Activity: Only the lines below between the ones containing "f 445 443 444" and "f 175 177 255", inclusive, are to be reproduced, each exactly as it stands.

Given records section start

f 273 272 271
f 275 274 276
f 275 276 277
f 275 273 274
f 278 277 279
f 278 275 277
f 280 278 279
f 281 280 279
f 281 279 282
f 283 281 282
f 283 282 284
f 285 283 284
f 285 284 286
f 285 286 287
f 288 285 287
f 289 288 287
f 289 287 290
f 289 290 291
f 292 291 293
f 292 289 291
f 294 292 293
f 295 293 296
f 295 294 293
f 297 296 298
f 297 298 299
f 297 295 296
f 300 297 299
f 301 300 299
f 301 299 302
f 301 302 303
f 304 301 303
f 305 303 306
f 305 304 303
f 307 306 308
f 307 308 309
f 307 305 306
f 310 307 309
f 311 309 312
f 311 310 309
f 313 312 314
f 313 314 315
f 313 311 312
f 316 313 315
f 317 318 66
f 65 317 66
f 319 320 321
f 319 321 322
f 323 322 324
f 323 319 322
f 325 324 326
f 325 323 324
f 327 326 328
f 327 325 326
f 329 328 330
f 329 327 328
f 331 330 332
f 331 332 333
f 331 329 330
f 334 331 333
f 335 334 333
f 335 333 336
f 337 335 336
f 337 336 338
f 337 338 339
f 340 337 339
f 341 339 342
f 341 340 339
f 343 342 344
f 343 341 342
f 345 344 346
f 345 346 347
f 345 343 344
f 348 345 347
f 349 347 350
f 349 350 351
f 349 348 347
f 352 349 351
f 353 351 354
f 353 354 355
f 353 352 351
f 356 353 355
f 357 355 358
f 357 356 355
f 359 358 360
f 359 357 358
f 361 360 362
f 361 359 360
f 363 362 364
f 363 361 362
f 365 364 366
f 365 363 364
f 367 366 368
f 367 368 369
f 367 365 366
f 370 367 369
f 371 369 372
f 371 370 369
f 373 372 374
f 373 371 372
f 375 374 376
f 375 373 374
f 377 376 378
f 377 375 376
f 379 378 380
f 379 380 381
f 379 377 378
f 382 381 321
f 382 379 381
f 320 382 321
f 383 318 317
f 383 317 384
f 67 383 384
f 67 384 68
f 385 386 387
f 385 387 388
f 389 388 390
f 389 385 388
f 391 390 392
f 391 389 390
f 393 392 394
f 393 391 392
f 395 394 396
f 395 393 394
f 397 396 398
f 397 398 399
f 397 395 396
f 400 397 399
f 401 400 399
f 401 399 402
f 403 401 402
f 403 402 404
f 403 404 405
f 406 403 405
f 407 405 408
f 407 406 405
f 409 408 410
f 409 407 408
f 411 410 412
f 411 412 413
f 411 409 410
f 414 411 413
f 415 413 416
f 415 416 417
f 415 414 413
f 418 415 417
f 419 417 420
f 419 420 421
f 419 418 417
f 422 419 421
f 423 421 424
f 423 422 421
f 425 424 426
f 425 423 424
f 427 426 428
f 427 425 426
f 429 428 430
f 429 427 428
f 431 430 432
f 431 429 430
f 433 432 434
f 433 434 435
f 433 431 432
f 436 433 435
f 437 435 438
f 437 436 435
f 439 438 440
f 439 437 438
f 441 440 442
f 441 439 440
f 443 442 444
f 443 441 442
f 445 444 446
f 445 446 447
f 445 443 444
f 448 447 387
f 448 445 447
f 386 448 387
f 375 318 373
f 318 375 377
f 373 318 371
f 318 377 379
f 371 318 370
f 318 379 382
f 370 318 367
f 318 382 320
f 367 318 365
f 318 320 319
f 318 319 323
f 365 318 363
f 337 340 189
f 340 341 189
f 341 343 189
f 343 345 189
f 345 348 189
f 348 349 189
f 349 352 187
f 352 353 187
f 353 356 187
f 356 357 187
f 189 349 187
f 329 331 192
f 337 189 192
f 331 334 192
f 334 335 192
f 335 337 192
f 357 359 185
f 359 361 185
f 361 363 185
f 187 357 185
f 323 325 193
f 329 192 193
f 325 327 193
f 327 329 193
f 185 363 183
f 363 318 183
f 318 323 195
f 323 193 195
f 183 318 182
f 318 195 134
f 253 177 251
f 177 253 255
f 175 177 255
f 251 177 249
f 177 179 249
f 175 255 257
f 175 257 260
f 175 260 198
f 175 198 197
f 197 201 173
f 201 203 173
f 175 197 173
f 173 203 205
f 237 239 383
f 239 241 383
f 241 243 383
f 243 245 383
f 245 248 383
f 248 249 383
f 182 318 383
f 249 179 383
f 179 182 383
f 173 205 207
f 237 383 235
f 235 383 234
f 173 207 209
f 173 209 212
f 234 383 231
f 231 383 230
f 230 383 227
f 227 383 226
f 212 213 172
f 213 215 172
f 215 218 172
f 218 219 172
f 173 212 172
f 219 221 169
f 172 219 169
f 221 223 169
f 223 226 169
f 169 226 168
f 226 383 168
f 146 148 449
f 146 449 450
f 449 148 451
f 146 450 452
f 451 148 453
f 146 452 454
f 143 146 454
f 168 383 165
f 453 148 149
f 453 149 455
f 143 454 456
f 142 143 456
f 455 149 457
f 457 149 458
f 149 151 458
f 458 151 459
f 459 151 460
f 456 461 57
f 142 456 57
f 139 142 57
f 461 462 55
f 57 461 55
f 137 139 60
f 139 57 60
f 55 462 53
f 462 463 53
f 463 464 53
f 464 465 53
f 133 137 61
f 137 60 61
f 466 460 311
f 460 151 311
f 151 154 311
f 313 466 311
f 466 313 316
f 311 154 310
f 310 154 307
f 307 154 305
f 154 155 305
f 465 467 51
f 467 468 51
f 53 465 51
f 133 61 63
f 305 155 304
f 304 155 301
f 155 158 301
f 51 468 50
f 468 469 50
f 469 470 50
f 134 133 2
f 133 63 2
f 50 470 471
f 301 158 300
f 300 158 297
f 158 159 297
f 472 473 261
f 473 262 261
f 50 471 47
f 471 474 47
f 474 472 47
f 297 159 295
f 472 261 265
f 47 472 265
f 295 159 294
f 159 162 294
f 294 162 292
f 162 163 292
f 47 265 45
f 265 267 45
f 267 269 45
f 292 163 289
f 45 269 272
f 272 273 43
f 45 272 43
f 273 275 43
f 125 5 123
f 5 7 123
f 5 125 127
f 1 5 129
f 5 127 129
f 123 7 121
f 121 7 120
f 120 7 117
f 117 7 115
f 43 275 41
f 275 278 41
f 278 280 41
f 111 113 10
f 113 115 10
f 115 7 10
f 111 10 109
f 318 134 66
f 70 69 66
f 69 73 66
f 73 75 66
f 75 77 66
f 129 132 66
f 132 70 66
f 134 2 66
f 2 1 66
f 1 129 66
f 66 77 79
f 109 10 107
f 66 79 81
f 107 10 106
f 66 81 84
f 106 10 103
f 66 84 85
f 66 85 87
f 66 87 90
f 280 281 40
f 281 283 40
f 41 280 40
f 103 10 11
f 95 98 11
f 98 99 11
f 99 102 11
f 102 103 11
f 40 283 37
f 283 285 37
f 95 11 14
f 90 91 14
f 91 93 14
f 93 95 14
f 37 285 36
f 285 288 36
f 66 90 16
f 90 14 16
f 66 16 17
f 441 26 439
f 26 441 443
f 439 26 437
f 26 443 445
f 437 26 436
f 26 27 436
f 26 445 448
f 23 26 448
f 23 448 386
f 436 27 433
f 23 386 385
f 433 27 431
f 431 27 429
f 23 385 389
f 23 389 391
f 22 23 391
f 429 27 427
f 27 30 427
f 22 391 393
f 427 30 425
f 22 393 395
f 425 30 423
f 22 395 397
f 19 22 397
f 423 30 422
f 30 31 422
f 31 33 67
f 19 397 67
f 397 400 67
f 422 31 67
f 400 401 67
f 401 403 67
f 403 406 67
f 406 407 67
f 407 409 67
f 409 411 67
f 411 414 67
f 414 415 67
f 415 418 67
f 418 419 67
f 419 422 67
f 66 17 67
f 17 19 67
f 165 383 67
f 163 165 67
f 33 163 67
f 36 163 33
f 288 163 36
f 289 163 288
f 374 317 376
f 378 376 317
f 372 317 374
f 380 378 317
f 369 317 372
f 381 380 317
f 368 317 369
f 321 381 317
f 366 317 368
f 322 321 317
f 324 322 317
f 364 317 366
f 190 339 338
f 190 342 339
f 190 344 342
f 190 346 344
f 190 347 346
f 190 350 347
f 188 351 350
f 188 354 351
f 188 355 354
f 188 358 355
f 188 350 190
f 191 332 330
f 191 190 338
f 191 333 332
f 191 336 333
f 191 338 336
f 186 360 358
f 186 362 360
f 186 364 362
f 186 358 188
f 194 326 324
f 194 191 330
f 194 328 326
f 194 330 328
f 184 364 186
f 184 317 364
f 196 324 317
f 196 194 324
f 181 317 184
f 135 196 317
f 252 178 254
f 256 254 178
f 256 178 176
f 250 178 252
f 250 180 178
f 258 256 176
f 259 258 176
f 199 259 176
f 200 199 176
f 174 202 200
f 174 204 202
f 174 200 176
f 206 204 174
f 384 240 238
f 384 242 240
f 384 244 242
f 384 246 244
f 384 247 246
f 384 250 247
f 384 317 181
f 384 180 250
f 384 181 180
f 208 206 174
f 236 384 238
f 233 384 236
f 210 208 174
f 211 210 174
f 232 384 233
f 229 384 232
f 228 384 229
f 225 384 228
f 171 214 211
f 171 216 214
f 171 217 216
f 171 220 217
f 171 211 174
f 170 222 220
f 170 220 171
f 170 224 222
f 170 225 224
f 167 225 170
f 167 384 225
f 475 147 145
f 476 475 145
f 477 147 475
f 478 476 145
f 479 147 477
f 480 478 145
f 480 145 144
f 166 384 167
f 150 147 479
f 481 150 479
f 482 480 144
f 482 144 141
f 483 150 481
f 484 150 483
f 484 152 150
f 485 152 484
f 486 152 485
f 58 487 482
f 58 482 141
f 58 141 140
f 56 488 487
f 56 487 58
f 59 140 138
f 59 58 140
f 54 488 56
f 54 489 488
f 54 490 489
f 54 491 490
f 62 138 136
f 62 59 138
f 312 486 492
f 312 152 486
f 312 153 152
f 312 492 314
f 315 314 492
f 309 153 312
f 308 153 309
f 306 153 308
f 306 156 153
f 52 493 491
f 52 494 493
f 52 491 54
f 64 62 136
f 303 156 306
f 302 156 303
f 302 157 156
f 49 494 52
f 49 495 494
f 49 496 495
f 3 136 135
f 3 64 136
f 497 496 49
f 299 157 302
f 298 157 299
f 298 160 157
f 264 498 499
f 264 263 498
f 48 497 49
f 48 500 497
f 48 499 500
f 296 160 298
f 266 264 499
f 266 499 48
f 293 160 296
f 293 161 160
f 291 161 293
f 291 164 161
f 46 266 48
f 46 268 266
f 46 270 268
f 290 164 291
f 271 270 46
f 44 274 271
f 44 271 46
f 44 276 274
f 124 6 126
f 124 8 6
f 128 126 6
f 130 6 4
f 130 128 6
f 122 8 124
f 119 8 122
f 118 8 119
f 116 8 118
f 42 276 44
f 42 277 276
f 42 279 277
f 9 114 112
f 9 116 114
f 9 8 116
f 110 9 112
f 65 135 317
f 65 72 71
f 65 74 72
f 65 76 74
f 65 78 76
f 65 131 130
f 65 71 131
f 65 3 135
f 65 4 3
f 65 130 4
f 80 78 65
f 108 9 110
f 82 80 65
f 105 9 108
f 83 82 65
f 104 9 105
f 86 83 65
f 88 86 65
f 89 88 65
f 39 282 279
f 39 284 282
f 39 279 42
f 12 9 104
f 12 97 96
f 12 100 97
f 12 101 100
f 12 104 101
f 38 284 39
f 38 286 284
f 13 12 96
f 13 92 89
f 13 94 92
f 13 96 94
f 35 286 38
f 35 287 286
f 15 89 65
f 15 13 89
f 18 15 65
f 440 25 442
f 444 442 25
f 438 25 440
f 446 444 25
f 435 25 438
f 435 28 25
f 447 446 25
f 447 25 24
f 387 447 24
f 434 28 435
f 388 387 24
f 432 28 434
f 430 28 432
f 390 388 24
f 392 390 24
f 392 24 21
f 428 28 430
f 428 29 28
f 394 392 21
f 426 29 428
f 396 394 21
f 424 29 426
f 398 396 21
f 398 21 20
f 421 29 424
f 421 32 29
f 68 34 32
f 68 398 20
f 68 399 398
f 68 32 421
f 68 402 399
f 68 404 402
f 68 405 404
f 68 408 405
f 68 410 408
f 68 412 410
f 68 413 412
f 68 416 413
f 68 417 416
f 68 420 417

Given records section end

Answer for this exercise:
f 445 443 444
f 448 447 387
f 448 445 447
f 386 448 387
f 375 318 373
f 318 375 377
f 373 318 371
f 318 377 379
f 371 318 370
f 318 379 382
f 370 318 367
f 318 382 320
f 367 318 365
f 318 320 319
f 318 319 323
f 365 318 363
f 337 340 189
f 340 341 189
f 341 343 189
f 343 345 189
f 345 348 189
f 348 349 189
f 349 352 187
f 352 353 187
f 353 356 187
f 356 357 187
f 189 349 187
f 329 331 192
f 337 189 192
f 331 334 192
f 334 335 192
f 335 337 192
f 357 359 185
f 359 361 185
f 361 363 185
f 187 357 185
f 323 325 193
f 329 192 193
f 325 327 193
f 327 329 193
f 185 363 183
f 363 318 183
f 318 323 195
f 323 193 195
f 183 318 182
f 318 195 134
f 253 177 251
f 177 253 255
f 175 177 255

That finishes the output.